Stay tuned; results in about 10 days!

James


----------



## chefrob

there are many ways to skin a cat.......once you do it a couple of times you will have the confidence see what works for you. so far so good.............


----------



## meateater

Looks like you did your homework, give it 10 days and smoke it up. I like to cold smoke for a few hours and then slowly bring it up to 140* and put in the fridge till the next day then slice it up.


----------



## venture

Looks like you are off to a good start.

The instructions with TQ are pretty much bullet proof as are things from Bear, Shooter Rick, and a lot of other experienced folks here.

You will be very happy with your final product.  I know that you did it safely and you will have no worries.

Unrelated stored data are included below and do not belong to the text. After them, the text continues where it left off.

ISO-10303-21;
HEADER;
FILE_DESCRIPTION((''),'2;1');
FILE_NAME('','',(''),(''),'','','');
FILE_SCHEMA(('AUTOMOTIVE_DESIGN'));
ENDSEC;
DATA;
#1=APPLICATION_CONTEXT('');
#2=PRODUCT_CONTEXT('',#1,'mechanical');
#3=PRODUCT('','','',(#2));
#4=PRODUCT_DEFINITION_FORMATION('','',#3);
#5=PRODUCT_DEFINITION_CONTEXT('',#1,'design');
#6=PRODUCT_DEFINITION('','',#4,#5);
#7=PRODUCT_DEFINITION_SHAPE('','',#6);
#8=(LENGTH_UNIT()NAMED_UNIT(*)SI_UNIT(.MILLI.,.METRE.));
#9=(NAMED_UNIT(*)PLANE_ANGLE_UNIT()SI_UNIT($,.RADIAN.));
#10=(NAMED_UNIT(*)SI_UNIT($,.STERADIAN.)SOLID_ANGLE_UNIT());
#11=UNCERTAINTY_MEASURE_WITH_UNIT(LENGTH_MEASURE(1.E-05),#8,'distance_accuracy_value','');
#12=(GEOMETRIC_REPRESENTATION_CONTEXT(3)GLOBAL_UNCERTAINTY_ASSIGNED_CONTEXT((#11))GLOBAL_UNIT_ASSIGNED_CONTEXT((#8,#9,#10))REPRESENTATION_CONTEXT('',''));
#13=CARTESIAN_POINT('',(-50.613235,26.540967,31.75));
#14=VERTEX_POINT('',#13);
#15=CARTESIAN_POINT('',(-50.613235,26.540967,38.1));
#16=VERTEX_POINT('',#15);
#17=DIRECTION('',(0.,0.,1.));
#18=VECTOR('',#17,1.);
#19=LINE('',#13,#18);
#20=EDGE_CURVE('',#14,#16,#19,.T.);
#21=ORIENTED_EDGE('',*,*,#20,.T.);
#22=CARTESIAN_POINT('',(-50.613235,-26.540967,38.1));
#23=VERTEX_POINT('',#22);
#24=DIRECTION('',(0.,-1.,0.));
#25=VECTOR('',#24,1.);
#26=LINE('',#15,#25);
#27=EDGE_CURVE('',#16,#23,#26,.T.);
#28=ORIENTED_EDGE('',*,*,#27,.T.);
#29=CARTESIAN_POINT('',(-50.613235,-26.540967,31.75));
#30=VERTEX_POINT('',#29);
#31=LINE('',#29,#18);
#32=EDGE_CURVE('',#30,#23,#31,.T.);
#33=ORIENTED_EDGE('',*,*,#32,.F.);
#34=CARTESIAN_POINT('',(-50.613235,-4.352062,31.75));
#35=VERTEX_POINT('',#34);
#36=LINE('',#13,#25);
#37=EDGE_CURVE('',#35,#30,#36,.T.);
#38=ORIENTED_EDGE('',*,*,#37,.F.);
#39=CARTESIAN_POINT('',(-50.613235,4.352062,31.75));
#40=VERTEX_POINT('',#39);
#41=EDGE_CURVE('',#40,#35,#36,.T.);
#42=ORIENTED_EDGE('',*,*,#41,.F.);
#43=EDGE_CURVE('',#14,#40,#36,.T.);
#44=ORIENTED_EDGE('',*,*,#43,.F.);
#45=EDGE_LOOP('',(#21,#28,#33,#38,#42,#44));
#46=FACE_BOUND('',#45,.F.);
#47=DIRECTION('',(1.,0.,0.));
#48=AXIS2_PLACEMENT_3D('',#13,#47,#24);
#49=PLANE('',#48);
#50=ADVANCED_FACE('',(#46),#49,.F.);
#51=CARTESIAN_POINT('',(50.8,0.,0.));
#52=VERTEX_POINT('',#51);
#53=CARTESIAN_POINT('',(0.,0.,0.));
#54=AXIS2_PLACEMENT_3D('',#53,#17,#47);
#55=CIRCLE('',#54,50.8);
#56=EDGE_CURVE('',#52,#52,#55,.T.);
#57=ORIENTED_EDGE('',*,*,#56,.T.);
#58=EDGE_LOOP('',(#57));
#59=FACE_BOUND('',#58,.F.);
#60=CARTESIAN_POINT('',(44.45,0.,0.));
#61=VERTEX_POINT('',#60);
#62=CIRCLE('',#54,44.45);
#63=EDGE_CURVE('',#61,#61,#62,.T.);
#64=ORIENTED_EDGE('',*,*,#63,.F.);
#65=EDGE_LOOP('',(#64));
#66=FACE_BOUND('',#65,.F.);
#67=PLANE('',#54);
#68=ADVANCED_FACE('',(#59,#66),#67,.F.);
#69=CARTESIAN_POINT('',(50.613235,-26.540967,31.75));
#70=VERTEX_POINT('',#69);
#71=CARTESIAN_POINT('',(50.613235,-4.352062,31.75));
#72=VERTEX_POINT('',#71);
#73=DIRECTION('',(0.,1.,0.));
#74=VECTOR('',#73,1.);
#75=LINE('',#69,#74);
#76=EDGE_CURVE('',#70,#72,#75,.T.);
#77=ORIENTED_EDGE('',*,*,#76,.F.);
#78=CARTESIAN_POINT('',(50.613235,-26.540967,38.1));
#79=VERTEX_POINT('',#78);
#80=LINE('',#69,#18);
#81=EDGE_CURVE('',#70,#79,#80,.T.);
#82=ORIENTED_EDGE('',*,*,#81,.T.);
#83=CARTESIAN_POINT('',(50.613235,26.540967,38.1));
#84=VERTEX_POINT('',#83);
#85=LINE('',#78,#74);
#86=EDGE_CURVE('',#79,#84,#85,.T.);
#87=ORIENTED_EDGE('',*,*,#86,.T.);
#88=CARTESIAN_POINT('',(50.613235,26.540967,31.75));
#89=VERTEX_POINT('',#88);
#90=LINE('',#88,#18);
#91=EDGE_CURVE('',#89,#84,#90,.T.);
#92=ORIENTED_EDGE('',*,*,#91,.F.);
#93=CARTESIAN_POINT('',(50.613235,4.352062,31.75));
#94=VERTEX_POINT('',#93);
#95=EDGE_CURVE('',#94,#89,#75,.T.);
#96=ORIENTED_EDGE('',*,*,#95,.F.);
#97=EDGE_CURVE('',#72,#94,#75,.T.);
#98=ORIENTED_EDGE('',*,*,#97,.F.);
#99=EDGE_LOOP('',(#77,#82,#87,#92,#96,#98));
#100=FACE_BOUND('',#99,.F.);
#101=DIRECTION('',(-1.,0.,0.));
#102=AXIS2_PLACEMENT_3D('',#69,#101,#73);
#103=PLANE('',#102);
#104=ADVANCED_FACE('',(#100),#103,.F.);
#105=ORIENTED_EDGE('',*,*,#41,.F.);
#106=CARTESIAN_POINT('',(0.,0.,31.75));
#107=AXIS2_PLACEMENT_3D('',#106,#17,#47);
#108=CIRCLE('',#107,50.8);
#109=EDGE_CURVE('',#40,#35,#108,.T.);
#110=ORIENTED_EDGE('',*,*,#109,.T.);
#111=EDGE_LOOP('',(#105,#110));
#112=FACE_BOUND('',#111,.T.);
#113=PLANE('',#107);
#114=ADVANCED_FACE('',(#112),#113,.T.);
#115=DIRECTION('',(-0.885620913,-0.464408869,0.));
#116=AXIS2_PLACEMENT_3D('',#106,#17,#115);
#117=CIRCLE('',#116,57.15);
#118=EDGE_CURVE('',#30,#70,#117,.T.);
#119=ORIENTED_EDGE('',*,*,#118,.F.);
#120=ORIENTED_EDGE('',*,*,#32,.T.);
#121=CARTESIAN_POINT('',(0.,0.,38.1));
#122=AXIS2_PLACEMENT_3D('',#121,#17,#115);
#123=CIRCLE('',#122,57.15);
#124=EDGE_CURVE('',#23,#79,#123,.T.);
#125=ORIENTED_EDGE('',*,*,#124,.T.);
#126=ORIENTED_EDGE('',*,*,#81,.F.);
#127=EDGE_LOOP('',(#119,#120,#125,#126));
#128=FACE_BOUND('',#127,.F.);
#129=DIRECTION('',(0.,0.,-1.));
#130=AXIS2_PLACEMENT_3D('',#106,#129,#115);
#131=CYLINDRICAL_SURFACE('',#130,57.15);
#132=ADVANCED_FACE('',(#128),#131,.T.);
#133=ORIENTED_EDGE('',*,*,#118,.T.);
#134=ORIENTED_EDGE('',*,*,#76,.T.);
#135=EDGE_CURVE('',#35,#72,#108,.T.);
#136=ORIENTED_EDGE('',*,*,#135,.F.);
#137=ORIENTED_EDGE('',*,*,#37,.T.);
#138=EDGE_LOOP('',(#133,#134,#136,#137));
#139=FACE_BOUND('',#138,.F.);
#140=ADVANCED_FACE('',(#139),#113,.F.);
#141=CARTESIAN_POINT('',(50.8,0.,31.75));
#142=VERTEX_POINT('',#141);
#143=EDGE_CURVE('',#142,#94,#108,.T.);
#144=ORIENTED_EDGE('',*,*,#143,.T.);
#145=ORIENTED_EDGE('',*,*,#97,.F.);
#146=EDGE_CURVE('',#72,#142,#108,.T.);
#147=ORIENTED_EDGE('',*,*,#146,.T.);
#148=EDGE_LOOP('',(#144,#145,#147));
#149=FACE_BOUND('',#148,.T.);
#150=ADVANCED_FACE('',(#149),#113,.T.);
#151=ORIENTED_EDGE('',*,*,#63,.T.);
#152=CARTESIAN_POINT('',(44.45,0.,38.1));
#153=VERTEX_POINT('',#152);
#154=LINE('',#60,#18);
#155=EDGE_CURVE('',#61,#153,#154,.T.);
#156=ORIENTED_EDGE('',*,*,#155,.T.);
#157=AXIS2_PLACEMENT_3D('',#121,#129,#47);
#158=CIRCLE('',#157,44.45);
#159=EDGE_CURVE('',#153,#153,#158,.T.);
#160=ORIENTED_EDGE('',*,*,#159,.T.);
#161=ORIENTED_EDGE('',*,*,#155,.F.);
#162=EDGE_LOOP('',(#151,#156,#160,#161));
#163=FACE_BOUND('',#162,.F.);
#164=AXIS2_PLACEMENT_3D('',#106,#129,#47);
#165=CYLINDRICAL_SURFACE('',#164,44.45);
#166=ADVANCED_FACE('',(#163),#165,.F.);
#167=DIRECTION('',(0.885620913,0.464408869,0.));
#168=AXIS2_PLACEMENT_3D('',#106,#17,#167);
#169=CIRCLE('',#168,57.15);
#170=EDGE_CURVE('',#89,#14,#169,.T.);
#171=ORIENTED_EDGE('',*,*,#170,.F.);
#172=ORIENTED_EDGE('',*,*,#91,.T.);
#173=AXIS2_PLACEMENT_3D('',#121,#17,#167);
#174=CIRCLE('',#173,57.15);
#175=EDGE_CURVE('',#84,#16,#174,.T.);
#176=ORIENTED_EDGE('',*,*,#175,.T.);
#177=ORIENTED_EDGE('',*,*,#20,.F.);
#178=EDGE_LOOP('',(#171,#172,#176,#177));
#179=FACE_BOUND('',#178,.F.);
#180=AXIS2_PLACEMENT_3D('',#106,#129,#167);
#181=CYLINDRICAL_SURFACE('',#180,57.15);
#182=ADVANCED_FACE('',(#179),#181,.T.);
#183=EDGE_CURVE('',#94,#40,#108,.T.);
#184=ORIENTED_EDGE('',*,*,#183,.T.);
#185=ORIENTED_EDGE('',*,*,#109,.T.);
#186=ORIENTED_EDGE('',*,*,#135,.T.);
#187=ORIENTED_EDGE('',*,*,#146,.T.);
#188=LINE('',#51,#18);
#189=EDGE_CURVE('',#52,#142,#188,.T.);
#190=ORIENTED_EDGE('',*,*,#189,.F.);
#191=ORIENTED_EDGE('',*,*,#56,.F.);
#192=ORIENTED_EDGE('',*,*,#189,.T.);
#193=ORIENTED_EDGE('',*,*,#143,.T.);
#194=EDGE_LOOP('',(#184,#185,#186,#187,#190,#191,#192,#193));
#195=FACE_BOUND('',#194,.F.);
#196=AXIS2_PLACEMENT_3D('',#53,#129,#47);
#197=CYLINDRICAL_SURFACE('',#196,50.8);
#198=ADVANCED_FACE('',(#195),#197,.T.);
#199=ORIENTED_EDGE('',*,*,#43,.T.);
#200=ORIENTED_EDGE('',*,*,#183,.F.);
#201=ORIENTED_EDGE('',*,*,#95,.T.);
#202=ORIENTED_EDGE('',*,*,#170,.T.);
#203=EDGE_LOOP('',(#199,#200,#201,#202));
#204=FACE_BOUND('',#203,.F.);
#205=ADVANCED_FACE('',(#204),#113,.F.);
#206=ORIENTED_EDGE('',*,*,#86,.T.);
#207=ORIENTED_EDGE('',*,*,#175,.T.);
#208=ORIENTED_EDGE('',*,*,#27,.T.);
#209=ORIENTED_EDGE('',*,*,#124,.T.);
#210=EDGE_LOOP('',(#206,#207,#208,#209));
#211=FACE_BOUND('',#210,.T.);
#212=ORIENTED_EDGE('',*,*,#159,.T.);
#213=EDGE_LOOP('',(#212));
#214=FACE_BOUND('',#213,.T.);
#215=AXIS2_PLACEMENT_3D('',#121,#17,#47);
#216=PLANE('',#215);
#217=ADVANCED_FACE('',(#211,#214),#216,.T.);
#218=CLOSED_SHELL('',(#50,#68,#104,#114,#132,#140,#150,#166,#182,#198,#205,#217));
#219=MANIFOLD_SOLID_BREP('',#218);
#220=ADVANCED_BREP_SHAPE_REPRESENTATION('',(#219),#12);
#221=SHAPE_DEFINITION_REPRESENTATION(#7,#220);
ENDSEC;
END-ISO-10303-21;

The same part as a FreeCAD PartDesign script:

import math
import FreeCAD as App
import Part
import Sketcher

V = App.Vector
Q = App.Units.Quantity

doc = App.newDocument("Part")
body = doc.addObject("PartDesign::Body", "Body")

# Sketch on XY plane
sketch1 = body.newObject("Sketcher::SketchObject", "Sketch")
sketch1.AttachmentSupport = (doc.getObject("XY_Plane"), [""])
sketch1.MapMode = "FlatFace"
sketch1.addGeometry([
    Part.Circle(V(0, 0, 0), V(0, 0, 1), 51),
    Part.Circle(V(0, 0, 0), V(0, 0, 1), 44),
], False)
sketch1.addConstraint([
    Sketcher.Constraint("Coincident", 0, 3, -1, 1),
    Sketcher.Constraint("Coincident", 1, 3, -1, 1),
    Sketcher.Constraint("Diameter", 0, Q("4 in")),
    Sketcher.Constraint("Diameter", 1, Q("3.5 in")),
])
pad1 = body.newObject("PartDesign::Pad", "Pad")
pad1.Profile = sketch1
pad1.Length = Q("1.25 in")

# Sketch on XY plane
sketch2 = body.newObject("Sketcher::SketchObject", "Sketch001")
sketch2.AttachmentSupport = (doc.getObject("XY_Plane"), [""])
sketch2.MapMode = "FlatFace"
sketch2.AttachmentOffset = App.Placement(V(0, 0, 1.25 * 25.4), App.Rotation())
sketch2.addGeometry([
    Part.ArcOfCircle(Part.Circle(V(0, 0, 0), V(0, 0, 1), 57), math.radians(-152), math.radians(-28)),
    Part.LineSegment(V(51, -27, 0), V(51, 27, 0)),
    Part.ArcOfCircle(Part.Circle(V(0, 0, 0), V(0, 0, 1), 57), math.radians(28), math.radians(152)),
    Part.LineSegment(V(-51, 27, 0), V(-51, -27, 0)),
], False)
sketch2.addConstraint([
    Sketcher.Constraint("Coincident", 0, 2, 1, 1),
    Sketcher.Constraint("Coincident", 1, 2, 2, 1),
    Sketcher.Constraint("Coincident", 2, 2, 3, 1),
    Sketcher.Constraint("Coincident", 3, 2, 0, 1),
    Sketcher.Constraint("Vertical", 1),
    Sketcher.Constraint("Vertical", 3),
    Sketcher.Constraint("Coincident", 0, 3, -1, 1),
    Sketcher.Constraint("Coincident", 2, 3, -1, 1),
    Sketcher.Constraint("Equal", 0, 2),
    Sketcher.Constraint("Horizontal", 1, 2, 2, 2),
    Sketcher.Constraint("Radius", 0, Q("2.25 in")),
    Sketcher.Constraint("DistanceY", 1, 1, 1, 2, Q("53.081934 mm")),
])
pad2 = body.newObject("PartDesign::Pad", "Pad001")
pad2.Profile = sketch2
pad2.Length = Q("0.25 in")

# Sketch on XY plane
sketch3 = body.newObject("Sketcher::SketchObject", "Sketch002")
sketch3.AttachmentSupport = (doc.getObject("XY_Plane"), [""])
sketch3.MapMode = "FlatFace"
sketch3.AttachmentOffset = App.Placement(V(0, 0, 1.25 * 25.4), App.Rotation())
sketch3.addGeometry(Part.Circle(V(0, 0, 0), V(0, 0, 1), 44), False)
sketch3.addConstraint([
    Sketcher.Constraint("Coincident", 0, 3, -1, 1),
    Sketcher.Constraint("Diameter", 0, Q("3.5 in")),
])
pocket1 = body.newObject("PartDesign::Pocket", "Pocket")
pocket1.Profile = sketch3
pocket1.Length = Q("1 in")
pocket1.Reversed = True

doc.recompute()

Good luck and good smoking.


----------



## adiochiro3

Thanks to all for your encouragement and reassurance.  I'm really looking forward to this smoke!


----------



## SmokinAl

We'll be waiting!


----------



## tjohnson

Tick Tock Tick Tock

Todd


----------



## Bearcarver

Adio, I'm sure you did everything fine, just by the fact that I could see you were really looking into it, but I'll try to answer your questions with my opinions (In Red):

Finding lists of ingredients was no problem; how it is assembled and played out was another matter.  Information was either contradictory or just plain thin on details.  For example:

Do you mix everything with the TQ and then apply the rub, or do you rub the TQ on the meat first and add everything over the top of that?  Does it really matter?   (I saw both methods advocated.)I always apply the TQ first, so I can see that it is distributed evenly over the whole of each piece. Then the other stuff, and anything that falls off, I make sure I shove it into that same bag (especially the TQ).
At what stage do you add the maple syrup/molasses/honey?   (some sources say put it right in with the cure process, others say brush it on right before smoking.) I would have to say, if you're gonna use it, put it on just before smoking. It will make your Bacon all sticky, but I tried injecting it, and I tried putting it in during the curing process, and I got very little if any added flavor. It seemed a waste of good Maple Syrup.
Do you loosely vacuum seal or apply a full vacuum?  (Again, I saw both advocated.) I just put each piece in it's own ziplock bag, and squeeze out most of the air (Doesn't matter much).
How long to cure?  (Surprisingly, there is a wide discrepancy of thought on this subject, but I'm going with the precise instructions on the TQ package.) I go by thickness---One day per each 1/2" of thickness. Then I add 2 or 3 days to that for safety. If the Butt is more than 3 1/2" thick, I would slice it in half (thickness wise), or I would have to inject it. I'd rather slice it in half.
Don't a lot of your seasonings & flavorings wash off during the after-cure rinses?   Do you apply then?  Re-apply then? Some does, but all I ever put in with the cure is Brown Sugar to counter the salt in the TQ. Then after I rinse, dry with paper towels, and fry test, I sprinkle CBP, Garlic powder, and Onion powder on it.
Do you leave it to air dry before smoking, or does pat-drying with a paper towel suffice?  How long to air dry?  In the fridge or in a cooler or on the counter (assuming no heat wave)? I have an extra fridge, so I dry mine good with paper towels. Then I put the pieces on the smoking racks, and sprinkle my extra seasonings on. Then into the fridge overnight (uncovered). Then I still put it in 130˚ heat, before I start smoking, to be sure to get the pellicle started. If I didn't have the extra fridge, I would probably put it in without smoke for 2 hours at 130˚. You can also put it in front of a fan for an hour or two, if you don't want to add heat.
Every post I perused started by saying how great and easy making BBB is; however, after reading a mess of posts and web sites, I failed to discover the simplicity -- and, based on the landslide of questions and requests for clarification all over the web -- I'm not the only one.  I have never done a "step by step" on BBB because I used Hi Mt, and I did not care for the results. The next time I do a BBB, I will take it to 145˚ (new USDA rules), and I will use TQ like I explained above, and I will do a "step by step" on it, because I know exactly what you're saying.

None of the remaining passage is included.